Question posée par Pascal le 14 octobre.
Le parquet de Brest a classé vendredi l'affaire Richard Ferrand au terme de l'enquête préliminaire. Un répit bienvenu pour le président du groupe LREM à l'Assemblée nationale et proche d'Emmanuel Macron. Si proche que, comme souvent, dès lors que le parquet – qui dépend directement du ministère de la Justice et donc du pouvoir exécutif – prend une décision politique, se pose la question de son indépendance.
Le procureur de Brest qui a classé l’affaire, Jean-Philippe Récappé, a bien été nommé à son poste par Emmanuel Macron, via le décret du 6 juillet 2017, publié au journal officiel le 8 juillet. Ce qui a donc valu nombre de commentaires soupçonneux.
❗ Sinon, le procureur qui vient de classer l'affaire #Ferrand a été nommé à ce poste cet été par Emmanuel #Macron #Indépendance pic.twitter.com/daUtfYtTSc
— le Jeune Républicain (@leJRepublicain) October 13, 2017
Ce qui est sûr, c'est que son prédécesseur n'a pas été limogé pour excès de zèle après avoir ouvert l'enquête préliminaire visant Richard Ferrand : le procureur Eric Mathais était déjà en partance lorsque l'affaire a éclaté. Il s'était vu notifier sa nomination au parquet de Dijon par le décret du 21 avril 2017, publié au JO le 22 avril, bien avant les révélations du Canard enchaîné, en date du 24 mai. L'enquête, elle, a été ouverte le 1er juin 2017. Voilà pour le calendrier.
Avis consultatif
Précisons également que les procureurs de la République, en France, s'ils sont nommés par le président, le sont sur proposition du ministre de la Justice, en l'occurrence Nicole Belloubet, et après consultation du Conseil supérieur de la magistrature (CSM). L'avis du CSM n'est théoriquement que consultatif et peut donc être ignoré par l'exécutif mais Nicolas Sarkozy s'était engagé, en 2012, avant la fin de son mandat de président, à le respecter, et par conséquent à proposer un nouveau candidat en cas d'avis défavorable. Quant à savoir si le nouvel exécutif a suivi l'initiative sarkozyste, le CSM, contacté par Libération, n'a pas encore donné suite.

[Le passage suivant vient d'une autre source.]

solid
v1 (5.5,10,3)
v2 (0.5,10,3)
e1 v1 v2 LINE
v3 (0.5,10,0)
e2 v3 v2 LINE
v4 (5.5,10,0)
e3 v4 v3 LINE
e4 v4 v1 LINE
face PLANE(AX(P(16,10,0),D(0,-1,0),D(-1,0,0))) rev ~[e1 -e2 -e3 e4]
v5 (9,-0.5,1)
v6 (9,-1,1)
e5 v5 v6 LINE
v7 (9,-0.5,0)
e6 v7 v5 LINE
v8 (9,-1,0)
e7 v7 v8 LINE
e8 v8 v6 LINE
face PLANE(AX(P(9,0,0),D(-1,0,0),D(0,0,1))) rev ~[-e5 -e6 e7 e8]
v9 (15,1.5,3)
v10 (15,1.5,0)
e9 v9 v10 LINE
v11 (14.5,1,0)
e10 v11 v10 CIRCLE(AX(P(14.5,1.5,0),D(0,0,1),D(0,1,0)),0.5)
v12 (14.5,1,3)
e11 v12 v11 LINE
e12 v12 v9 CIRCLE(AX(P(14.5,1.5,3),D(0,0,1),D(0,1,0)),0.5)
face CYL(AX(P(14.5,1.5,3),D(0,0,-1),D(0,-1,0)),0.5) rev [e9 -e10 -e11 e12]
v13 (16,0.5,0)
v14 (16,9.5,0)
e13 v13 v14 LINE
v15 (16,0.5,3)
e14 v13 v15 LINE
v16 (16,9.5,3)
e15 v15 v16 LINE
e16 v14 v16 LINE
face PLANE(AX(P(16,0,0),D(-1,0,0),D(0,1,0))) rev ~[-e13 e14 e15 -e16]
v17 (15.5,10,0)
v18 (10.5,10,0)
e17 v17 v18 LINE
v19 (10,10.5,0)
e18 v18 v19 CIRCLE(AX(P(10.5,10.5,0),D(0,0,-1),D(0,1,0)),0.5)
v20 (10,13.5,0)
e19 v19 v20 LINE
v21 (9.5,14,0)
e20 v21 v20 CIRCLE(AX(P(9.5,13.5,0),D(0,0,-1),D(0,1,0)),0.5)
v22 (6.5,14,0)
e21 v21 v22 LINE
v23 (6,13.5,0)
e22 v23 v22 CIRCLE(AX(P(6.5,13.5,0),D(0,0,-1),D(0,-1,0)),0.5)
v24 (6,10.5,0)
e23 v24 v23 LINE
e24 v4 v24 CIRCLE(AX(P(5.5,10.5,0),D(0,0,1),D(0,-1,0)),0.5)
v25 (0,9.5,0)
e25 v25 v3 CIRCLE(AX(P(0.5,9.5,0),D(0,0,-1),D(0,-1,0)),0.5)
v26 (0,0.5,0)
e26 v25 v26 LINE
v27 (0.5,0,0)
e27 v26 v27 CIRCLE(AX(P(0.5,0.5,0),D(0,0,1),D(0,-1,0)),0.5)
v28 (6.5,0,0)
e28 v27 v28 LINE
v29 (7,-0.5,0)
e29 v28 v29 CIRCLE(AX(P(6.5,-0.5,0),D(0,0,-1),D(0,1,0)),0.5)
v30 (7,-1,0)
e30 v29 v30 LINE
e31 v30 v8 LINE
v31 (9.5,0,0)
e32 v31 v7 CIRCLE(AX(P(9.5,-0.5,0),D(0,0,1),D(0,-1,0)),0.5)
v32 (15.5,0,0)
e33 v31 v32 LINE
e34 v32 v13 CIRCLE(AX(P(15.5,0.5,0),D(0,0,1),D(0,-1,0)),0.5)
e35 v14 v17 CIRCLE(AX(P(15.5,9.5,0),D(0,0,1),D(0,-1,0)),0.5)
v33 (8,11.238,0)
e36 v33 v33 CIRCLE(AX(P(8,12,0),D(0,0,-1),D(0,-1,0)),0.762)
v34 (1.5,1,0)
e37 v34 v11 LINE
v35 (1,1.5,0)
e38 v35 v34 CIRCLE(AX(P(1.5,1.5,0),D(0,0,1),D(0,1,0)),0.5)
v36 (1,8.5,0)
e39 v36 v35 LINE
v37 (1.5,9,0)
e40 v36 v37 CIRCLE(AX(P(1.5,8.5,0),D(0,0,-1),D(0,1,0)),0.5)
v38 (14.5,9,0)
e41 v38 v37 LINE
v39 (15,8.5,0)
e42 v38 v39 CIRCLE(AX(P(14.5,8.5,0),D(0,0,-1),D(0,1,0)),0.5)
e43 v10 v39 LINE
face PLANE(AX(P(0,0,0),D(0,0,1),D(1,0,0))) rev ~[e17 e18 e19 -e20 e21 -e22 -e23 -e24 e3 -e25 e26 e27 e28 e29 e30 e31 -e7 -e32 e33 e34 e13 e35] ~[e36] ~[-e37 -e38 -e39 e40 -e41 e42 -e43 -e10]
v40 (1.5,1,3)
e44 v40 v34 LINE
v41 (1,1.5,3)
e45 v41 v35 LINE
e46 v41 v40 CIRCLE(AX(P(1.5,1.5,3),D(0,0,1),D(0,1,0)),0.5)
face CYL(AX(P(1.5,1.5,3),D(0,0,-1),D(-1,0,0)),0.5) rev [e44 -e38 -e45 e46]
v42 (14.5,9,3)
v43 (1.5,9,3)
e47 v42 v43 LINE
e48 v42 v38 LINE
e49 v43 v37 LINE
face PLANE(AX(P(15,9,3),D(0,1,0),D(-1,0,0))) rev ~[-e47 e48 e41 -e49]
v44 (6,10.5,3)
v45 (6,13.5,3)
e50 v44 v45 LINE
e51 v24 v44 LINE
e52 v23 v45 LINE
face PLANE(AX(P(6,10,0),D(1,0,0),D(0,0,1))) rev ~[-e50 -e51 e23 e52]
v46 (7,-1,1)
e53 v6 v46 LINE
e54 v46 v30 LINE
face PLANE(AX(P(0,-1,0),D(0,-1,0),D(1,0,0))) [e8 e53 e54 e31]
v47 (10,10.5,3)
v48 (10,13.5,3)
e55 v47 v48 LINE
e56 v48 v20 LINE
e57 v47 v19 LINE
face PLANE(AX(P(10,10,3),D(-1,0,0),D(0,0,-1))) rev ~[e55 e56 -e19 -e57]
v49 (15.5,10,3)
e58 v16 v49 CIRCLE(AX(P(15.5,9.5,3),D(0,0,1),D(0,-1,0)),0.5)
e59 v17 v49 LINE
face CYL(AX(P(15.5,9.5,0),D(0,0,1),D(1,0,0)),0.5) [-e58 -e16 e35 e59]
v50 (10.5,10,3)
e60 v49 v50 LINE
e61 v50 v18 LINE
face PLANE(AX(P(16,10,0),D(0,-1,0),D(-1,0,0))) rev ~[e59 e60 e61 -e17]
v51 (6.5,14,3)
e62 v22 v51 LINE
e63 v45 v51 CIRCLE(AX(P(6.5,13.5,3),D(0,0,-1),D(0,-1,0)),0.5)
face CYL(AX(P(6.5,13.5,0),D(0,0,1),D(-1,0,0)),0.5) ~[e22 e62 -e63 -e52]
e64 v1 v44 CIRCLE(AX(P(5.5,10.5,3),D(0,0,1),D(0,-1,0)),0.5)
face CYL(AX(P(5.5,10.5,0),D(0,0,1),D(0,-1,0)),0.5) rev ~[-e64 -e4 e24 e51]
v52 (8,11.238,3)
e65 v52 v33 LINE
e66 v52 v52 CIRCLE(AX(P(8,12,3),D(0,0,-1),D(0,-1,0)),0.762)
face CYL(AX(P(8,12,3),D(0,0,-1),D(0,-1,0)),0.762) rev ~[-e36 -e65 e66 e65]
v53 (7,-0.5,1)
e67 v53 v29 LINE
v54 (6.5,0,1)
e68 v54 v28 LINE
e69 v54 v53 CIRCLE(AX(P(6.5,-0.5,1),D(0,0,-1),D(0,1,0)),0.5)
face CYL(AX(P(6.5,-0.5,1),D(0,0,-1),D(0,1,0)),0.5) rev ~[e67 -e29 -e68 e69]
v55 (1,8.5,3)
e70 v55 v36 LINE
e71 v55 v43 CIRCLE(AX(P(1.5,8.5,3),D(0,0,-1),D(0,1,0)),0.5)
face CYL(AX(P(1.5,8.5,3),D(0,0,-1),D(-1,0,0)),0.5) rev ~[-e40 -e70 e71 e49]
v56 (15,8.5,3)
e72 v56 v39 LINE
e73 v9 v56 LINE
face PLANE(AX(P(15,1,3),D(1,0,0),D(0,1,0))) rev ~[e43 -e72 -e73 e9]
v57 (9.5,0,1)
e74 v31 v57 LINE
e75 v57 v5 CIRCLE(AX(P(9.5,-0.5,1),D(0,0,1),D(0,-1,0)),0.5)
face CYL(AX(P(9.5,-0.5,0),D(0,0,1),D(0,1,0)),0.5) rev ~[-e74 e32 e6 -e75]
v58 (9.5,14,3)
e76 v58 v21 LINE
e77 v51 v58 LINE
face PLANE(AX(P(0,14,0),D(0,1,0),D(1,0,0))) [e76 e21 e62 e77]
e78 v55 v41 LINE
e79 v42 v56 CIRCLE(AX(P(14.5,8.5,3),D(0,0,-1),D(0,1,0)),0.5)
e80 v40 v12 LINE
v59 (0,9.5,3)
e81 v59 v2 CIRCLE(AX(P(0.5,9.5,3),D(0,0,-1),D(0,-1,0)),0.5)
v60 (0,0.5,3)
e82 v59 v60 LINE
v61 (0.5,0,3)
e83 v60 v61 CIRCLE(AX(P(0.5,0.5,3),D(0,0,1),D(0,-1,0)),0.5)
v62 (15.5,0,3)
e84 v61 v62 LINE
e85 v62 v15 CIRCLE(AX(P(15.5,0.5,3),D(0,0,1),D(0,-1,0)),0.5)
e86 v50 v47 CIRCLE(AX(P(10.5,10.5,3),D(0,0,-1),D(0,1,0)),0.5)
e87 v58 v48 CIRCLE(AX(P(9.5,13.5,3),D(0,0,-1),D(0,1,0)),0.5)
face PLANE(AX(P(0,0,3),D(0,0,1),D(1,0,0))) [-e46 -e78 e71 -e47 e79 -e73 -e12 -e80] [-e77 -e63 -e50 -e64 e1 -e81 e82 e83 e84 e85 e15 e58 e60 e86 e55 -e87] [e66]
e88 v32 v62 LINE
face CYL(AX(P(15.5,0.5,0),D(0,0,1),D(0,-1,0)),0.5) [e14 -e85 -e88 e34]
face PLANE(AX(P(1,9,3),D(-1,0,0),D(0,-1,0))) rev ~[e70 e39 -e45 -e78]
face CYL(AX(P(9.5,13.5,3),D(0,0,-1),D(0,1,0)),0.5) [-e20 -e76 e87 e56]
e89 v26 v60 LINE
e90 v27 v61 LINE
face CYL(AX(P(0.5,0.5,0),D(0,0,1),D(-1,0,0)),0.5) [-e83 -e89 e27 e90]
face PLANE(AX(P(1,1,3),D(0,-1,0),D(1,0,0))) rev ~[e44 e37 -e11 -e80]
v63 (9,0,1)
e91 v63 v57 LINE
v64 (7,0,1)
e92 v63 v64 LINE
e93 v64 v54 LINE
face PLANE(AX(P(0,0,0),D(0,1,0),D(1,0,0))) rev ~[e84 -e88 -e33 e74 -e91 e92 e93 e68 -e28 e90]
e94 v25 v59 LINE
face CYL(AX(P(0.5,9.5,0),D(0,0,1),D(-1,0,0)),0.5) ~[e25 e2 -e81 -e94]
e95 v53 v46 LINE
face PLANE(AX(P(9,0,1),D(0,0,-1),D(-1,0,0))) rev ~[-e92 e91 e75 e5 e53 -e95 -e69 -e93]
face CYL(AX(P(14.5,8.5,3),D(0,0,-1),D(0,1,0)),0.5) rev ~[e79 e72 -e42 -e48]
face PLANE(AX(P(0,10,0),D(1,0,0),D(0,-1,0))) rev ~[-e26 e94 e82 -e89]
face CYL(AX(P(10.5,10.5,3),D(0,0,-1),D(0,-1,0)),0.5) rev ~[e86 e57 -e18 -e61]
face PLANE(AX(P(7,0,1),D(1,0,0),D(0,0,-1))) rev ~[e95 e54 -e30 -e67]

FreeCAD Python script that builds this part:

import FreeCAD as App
import Part
import Sketcher
from FreeCAD import Vector


def edges_at(feature, points):
    """Names of the edges that pass closest to the given points."""
    edges = feature.Shape.Edges
    near = lambda p: min(range(len(edges)), key=lambda i: edges[i].distToShape(Part.Vertex(*p))[0])
    return sorted({f"Edge{near(p) + 1}" for p in points})


def add_polygon(sketch, points):
    """Adds a closed chain of lines whose ends are joined by coincident constraints."""
    first, n = sketch.GeometryCount, len(points)
    for a, b in zip(points, points[1:] + points[:1]):
        sketch.addGeometry(Part.LineSegment(App.Vector(*a, 0), App.Vector(*b, 0)), False)
    for i in range(n):
        sketch.addConstraint(Sketcher.Constraint("Coincident", first + i, 2, first + (i + 1) % n, 1))

doc = App.newDocument("Part")
params = doc.addObject("Spreadsheet::Sheet", "Params")
for row, (alias, value) in enumerate([
    ("sketch1_width", "16 mm"),
    ("sketch1_height", "10 mm"),
    ("pad1_length", "3 mm"),
    ("sketch2_width", "14 mm"),
    ("sketch2_height", "8 mm"),
    ("sketch3_width", "4 mm"),
    ("sketch3_height", "3 mm"),
    ("pad2_length", "4 mm"),
    ("hole_diameter", "1.524 mm"),
    ("sketch5_width", "2 mm"),
    ("sketch5_height", "1 mm"),
    ("pad3_length", "1 mm"),
    ("fillet_radius", "0.5 mm"),
], start=1):
    params.set(f"A{row}", alias)
    params.set(f"B{row}", "=" + value)
    params.setAlias(f"B{row}", alias)

body = doc.addObject("PartDesign::Body", "Body")

# Sketch on XY plane
sketch1 = body.newObject("Sketcher::SketchObject", "Sketch")
sketch1.AttachmentSupport = (doc.getObject("XY_Plane"), [""])
sketch1.MapMode = "FlatFace"
add_polygon(sketch1, [(0, 10), (0, 0), (16, 0), (16, 10)])  # lines 0-3
sketch1.addConstraint([
    Sketcher.Constraint("Vertical", 0),
    Sketcher.Constraint("Horizontal", 1),
    Sketcher.Constraint("Vertical", 2),
    Sketcher.Constraint("Horizontal", 3),
    Sketcher.Constraint("Coincident", 0, 2, -1, 1),
    Sketcher.Constraint("DistanceX", 1, 1, 1, 2, 16.0),
    Sketcher.Constraint("DistanceY", 0, 2, 0, 1, 10.0),
])
sketch1.setExpression("Constraints[9]", "Params.sketch1_width")
sketch1.setExpression("Constraints[10]", "Params.sketch1_height")
pad1 = body.newObject("PartDesign::Pad", "Pad")
pad1.Profile = sketch1
pad1.setExpression("Length", "Params.pad1_length")

# Sketch on XY plane
sketch2 = body.newObject("Sketcher::SketchObject", "Sketch001")
sketch2.AttachmentSupport = (doc.getObject("XY_Plane"), [""])
sketch2.MapMode = "FlatFace"
sketch2.AttachmentOffset = App.Placement(Vector(0, 0, 3), App.Rotation())
add_polygon(sketch2, [(1, 9), (1, 1), (15, 1), (15, 9)])  # lines 0-3
sketch2.addConstraint([
    Sketcher.Constraint("Vertical", 0),
    Sketcher.Constraint("Horizontal", 1),
    Sketcher.Constraint("Vertical", 2),
    Sketcher.Constraint("Horizontal", 3),
    Sketcher.Constraint("DistanceX", 1, 1, 1, 2, 14.0),
    Sketcher.Constraint("DistanceY", 0, 2, 0, 1, 8.0),
    Sketcher.Constraint("DistanceX", -1, 1, 0, 2, 1.0),
    Sketcher.Constraint("DistanceY", -1, 1, 0, 2, 1.0),
])
sketch2.setExpression("Constraints[8]", "Params.sketch2_width")
sketch2.setExpression("Constraints[9]", "Params.sketch2_height")
pocket1 = body.newObject("PartDesign::Pocket", "Pocket")
pocket1.Profile = sketch2
pocket1.Type = "ThroughAll"

# Sketch on XZ plane
sketch3 = body.newObject("Sketcher::SketchObject", "Sketch002")
sketch3.AttachmentSupport = (doc.getObject("XZ_Plane"), [""])
sketch3.MapMode = "FlatFace"
sketch3.AttachmentOffset = App.Placement(Vector(0, 0, -10), App.Rotation())
add_polygon(sketch3, [(6, 0), (6, 3), (10, 3), (10, 0)])  # lines 0-3
sketch3.addConstraint([
    Sketcher.Constraint("Vertical", 0),
    Sketcher.Constraint("Horizontal", 1),
    Sketcher.Constraint("Vertical", 2),
    Sketcher.Constraint("Horizontal", 3),
    Sketcher.Constraint("PointOnObject", 2, 2, -1),
    Sketcher.Constraint("DistanceX", 1, 1, 1, 2, 4.0),
    Sketcher.Constraint("DistanceX", -1, 1, 0, 2, 6.0),
    Sketcher.Constraint("DistanceY", 0, 1, 0, 2, 3.0),
])
sketch3.setExpression("Constraints[9]", "Params.sketch3_width")
sketch3.setExpression("Constraints[11]", "Params.sketch3_height")
pad2 = body.newObject("PartDesign::Pad", "Pad001")
pad2.Profile = sketch3
pad2.setExpression("Length", "Params.pad2_length")
pad2.Reversed = True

Pour rappel, Richard Ferrand était soupçonné d’avoir permis à sa compagne de s’enrichir sans le moindre risque, en faisant louer un bien immobilier par les Mutuelles de Bretagne, dont il était alors directeur général. Pour justifier le classement de l’affaire, le parquet précisé son raisonnement juridique dans un communiqué.
Le parquet estime d'abord que les soupçons d'emplois fictifs ne sont pas établis. «L'enquête a établi le caractère réel des prestations et activités de Richard Ferrand et de Sandrine Doucen, sa compagne, au profit des Mutuelles» de Bretagne, écrit le procureur.
S'agissant de la location des locaux eux-mêmes, le communiqué souligne que les Mutuelles de Bretagne «ont considéré que cette offre [de Ferrand et de sa compagne] répondait en tous points à leurs exigences et était conforme à leur intérêt» et que «le montant du loyer […] ne dépassait pas le prix du marché». En conséquence, «les infractions d'abus de confiance et d'escroquerie ne sont pas constituées, faute d'un préjudice avéré».
«Point de départ de la prescription»
Restent les soupçons de prise illégale d'intérêts. Richard Ferrand ayant quitté ses fonctions de directeur général des Mutuelles de Bretagne le 18 juin 2012, le parquet estime que «la prescription, qui était alors de trois ans, était donc acquise le 19 juin 2015. En outre, les investigations menées n'ont pas mis au jour d'éléments de dissimulation avérée permettant de reporter le point de départ de la prescription.» C'est pourquoi l'affaire a été classée sans suite.